The sketch under discussion here was one of the studies that Camuccini produced for a large painting (now lost) of Horatius Cocles commissioned in around 1810 by Manuel Godoy, Prince of Peace, adviser to King Charles IV and under the personal protection of Queen Maria Luisa of Parma. Godoy came to Rome in the entourage of the Spanish king after his removal from the throne in 1808.

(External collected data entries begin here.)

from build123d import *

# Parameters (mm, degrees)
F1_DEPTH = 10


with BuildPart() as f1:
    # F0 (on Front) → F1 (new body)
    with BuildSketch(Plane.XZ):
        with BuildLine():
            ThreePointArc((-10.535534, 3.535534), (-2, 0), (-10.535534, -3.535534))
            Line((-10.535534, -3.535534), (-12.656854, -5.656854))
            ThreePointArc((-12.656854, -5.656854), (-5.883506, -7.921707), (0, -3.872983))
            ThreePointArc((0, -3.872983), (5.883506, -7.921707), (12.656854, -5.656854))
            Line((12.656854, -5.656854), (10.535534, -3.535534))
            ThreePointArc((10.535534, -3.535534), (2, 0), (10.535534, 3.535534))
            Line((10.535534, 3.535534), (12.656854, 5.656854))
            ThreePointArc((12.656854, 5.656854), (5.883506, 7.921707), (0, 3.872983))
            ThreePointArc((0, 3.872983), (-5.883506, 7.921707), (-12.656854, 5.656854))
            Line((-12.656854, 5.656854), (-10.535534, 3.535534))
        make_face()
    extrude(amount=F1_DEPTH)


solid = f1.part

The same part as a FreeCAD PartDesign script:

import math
import FreeCAD as App
import Part
import Sketcher

V = App.Vector
Q = App.Units.Quantity

doc = App.newDocument("Part")
params = doc.addObject("Spreadsheet::Sheet", "Params")
for row, (alias, value) in enumerate([
    ("sketch1_radius", "5 mm"),
    ("sketch1_radius2", "7.999999 mm"),
    ("pad1_length", "10 mm"),
], start=1):
    params.set(f"A{row}", alias)
    params.set(f"B{row}", "=" + value)
    params.setAlias(f"B{row}", alias)

body = doc.addObject("PartDesign::Body", "Body")

# Sketch on XZ plane
sketch1 = doc.addObject("Sketcher::SketchObject", "Sketch")
body.addObject(sketch1)
sketch1.AttachmentSupport = (doc.XZ_Plane, [""])
sketch1.MapMode = "FlatFace"
sketch1.addGeometry([
    Part.ArcOfCircle(Part.Circle(V(-7, 0, 0), V(0, 0, 1), 5), math.radians(-135), math.radians(135)),  # 0
    Part.LineSegment(V(-10.5, -3.5, 0), V(-12.7, -5.7, 0)),  # 1
    Part.ArcOfCircle(Part.Circle(V(-7, 0, 0), V(0, 0, 1), 8), math.radians(-135), math.radians(-29)),  # 2
    Part.ArcOfCircle(Part.Circle(V(7, 0, 0), V(0, 0, 1), 8), math.radians(-151), math.radians(-45)),  # 3
    Part.LineSegment(V(12.7, -5.7, 0), V(10.5, -3.5, 0)),  # 4
    Part.ArcOfCircle(Part.Circle(V(7, 0, 0), V(0, 0, 1), 5), math.radians(45), math.radians(315)),  # 5
    Part.LineSegment(V(10.5, 3.5, 0), V(12.7, 5.7, 0)),  # 6
    Part.ArcOfCircle(Part.Circle(V(7, 0, 0), V(0, 0, 1), 8), math.radians(45), math.radians(151)),  # 7
    Part.ArcOfCircle(Part.Circle(V(-7, 0, 0), V(0, 0, 1), 8), math.radians(29), math.radians(135)),  # 8
    Part.LineSegment(V(-12.7, 5.7, 0), V(-10.5, 3.5, 0)),  # 9
], False)
sketch1.addConstraint([
    Sketcher.Constraint("Coincident", 0, 1, 1, 1),
    Sketcher.Constraint("Coincident", 1, 2, 2, 1),
    Sketcher.Constraint("Coincident", 2, 2, 3, 1),
    Sketcher.Constraint("Coincident", 3, 2, 4, 1),
    Sketcher.Constraint("Coincident", 4, 2, 5, 2),
    Sketcher.Constraint("Coincident", 5, 1, 6, 1),
    Sketcher.Constraint("Coincident", 6, 2, 7, 1),
    Sketcher.Constraint("Coincident", 7, 2, 8, 1),
    Sketcher.Constraint("Coincident", 8, 2, 9, 1),
    Sketcher.Constraint("Coincident", 9, 2, 0, 2),
    Sketcher.Constraint("Coincident", 2, 3, 0, 3),
    Sketcher.Constraint("Coincident", 5, 3, 3, 3),
    Sketcher.Constraint("Coincident", 7, 3, 3, 3),
    Sketcher.Constraint("Coincident", 8, 3, 0, 3),
    Sketcher.Constraint("Equal", 2, 3),
    Sketcher.Constraint("Equal", 0, 5),
    Sketcher.Constraint("Equal", 3, 7),
    Sketcher.Constraint("Equal", 7, 8),
    Sketcher.Constraint("Symmetric", 0, 3, 3, 3, -1, 1),
    Sketcher.Constraint("Symmetric", 1, 2, 3, 2, -2),
    Sketcher.Constraint("Perpendicular", 1, 4),
    Sketcher.Constraint("Perpendicular", 4, 6),
    Sketcher.Constraint("Perpendicular", 6, 9),
    Sketcher.Constraint("Horizontal", 0, 1, 4, 2),
    Sketcher.Constraint("Horizontal", 6, 2, 8, 2),
    Sketcher.Constraint("Vertical", 4, 2, 5, 1),
    Sketcher.Constraint("Radius", 0, Q("5 mm")),
    Sketcher.Constraint("Radius", 2, Q("7.999999 mm")),
    Sketcher.Constraint("DistanceX", 0, 3, -1, 1, Q("7 mm")),
    Sketcher.Constraint("DistanceY", 3, 2, 2, 2, Q("1.783871 mm")),
])
sketch1.setExpression("Constraints[26]", "Params.sketch1_radius")
sketch1.setExpression("Constraints[27]", "Params.sketch1_radius2")
pad1 = doc.addObject("PartDesign::Pad", "Pad")
body.addObject(pad1)
pad1.Profile = sketch1
pad1.setExpression("Length", "Params.pad1_length")

doc.recompute()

Camuccini’s interest in historical themes emerged in the late 18th century and grew thereafter, to the point where he was to become one of the most popular painters of such subjects. He was also strongly encouraged to pursue this vein by his brother Pietro, who writes in a letter sent from London on 10 October 1800: “I beg you to pursue Roman History with the utmost steadfastness and dedication. This must be your aim” (De Angelis, 1978, p. 103). The ideological and ethical tension which is such a feature of historical painting and which was so typical of David’s early work, gradually turned into the more generic exemplum virtutis so beloved of the aristocratic and bourgeois clientele that commissioned Camuccini’s work. Subjects taken from ancient Greek and Roman history enjoyed a special popularity that withstood the passage of time, particularly when they were inspired by the work of such classical authors as Livy, Valerius Maximus and Plutarch, but also by 18th century French historian Charles Rollin’s more moralistic Histoire Romaine. In a letter to Camuccini dated 22 July 1815, Godoy writes that he has heard that the picture which he commissioned is ready, but he also gives the painter his permission to keep it in his workshop for a short time in order to allow foreign visitors to view it. This has prompted scholars to suggest that the picture was painted between 1810 and 1815 (see De Angelis, 1978, p. 44). Marchetti also made an engraving of the picture.
In the sketch under discussion here, Camuccini has succeeded in combining a compositional stringency worthy of Poussin with a philologically meticulous narrative and a detailed description of the event. His distribution of mass is skilfully balanced and his overall approach markedly theatrical. The figure of Horatius Cocles is positioned in the centre of the drawing as he stands poised to attack his enemies, lance firmly gripped in his right hand, his brave stance that of the great warrior. The entire scene takes place on the Pons Sublicius, history telling us that it was on this famous bridge that Horatius Cocles defended his city against enemy attack and that it was only thanks to his courage in holding off the foe that the Romans were able to destroy the bridge and thus to avert a siege of the city.
In the last years of his life, particularly after 1833, Camuccini’s output consisted primarily of work based on compositions produced many years before. The composition of his Horatius Cocles was, in all likelihood, reused as a model for his painting of Marcus Furius Camillus Saving Rome from the Gauls (1840–1) now in the Palazzo Reale in Genoa.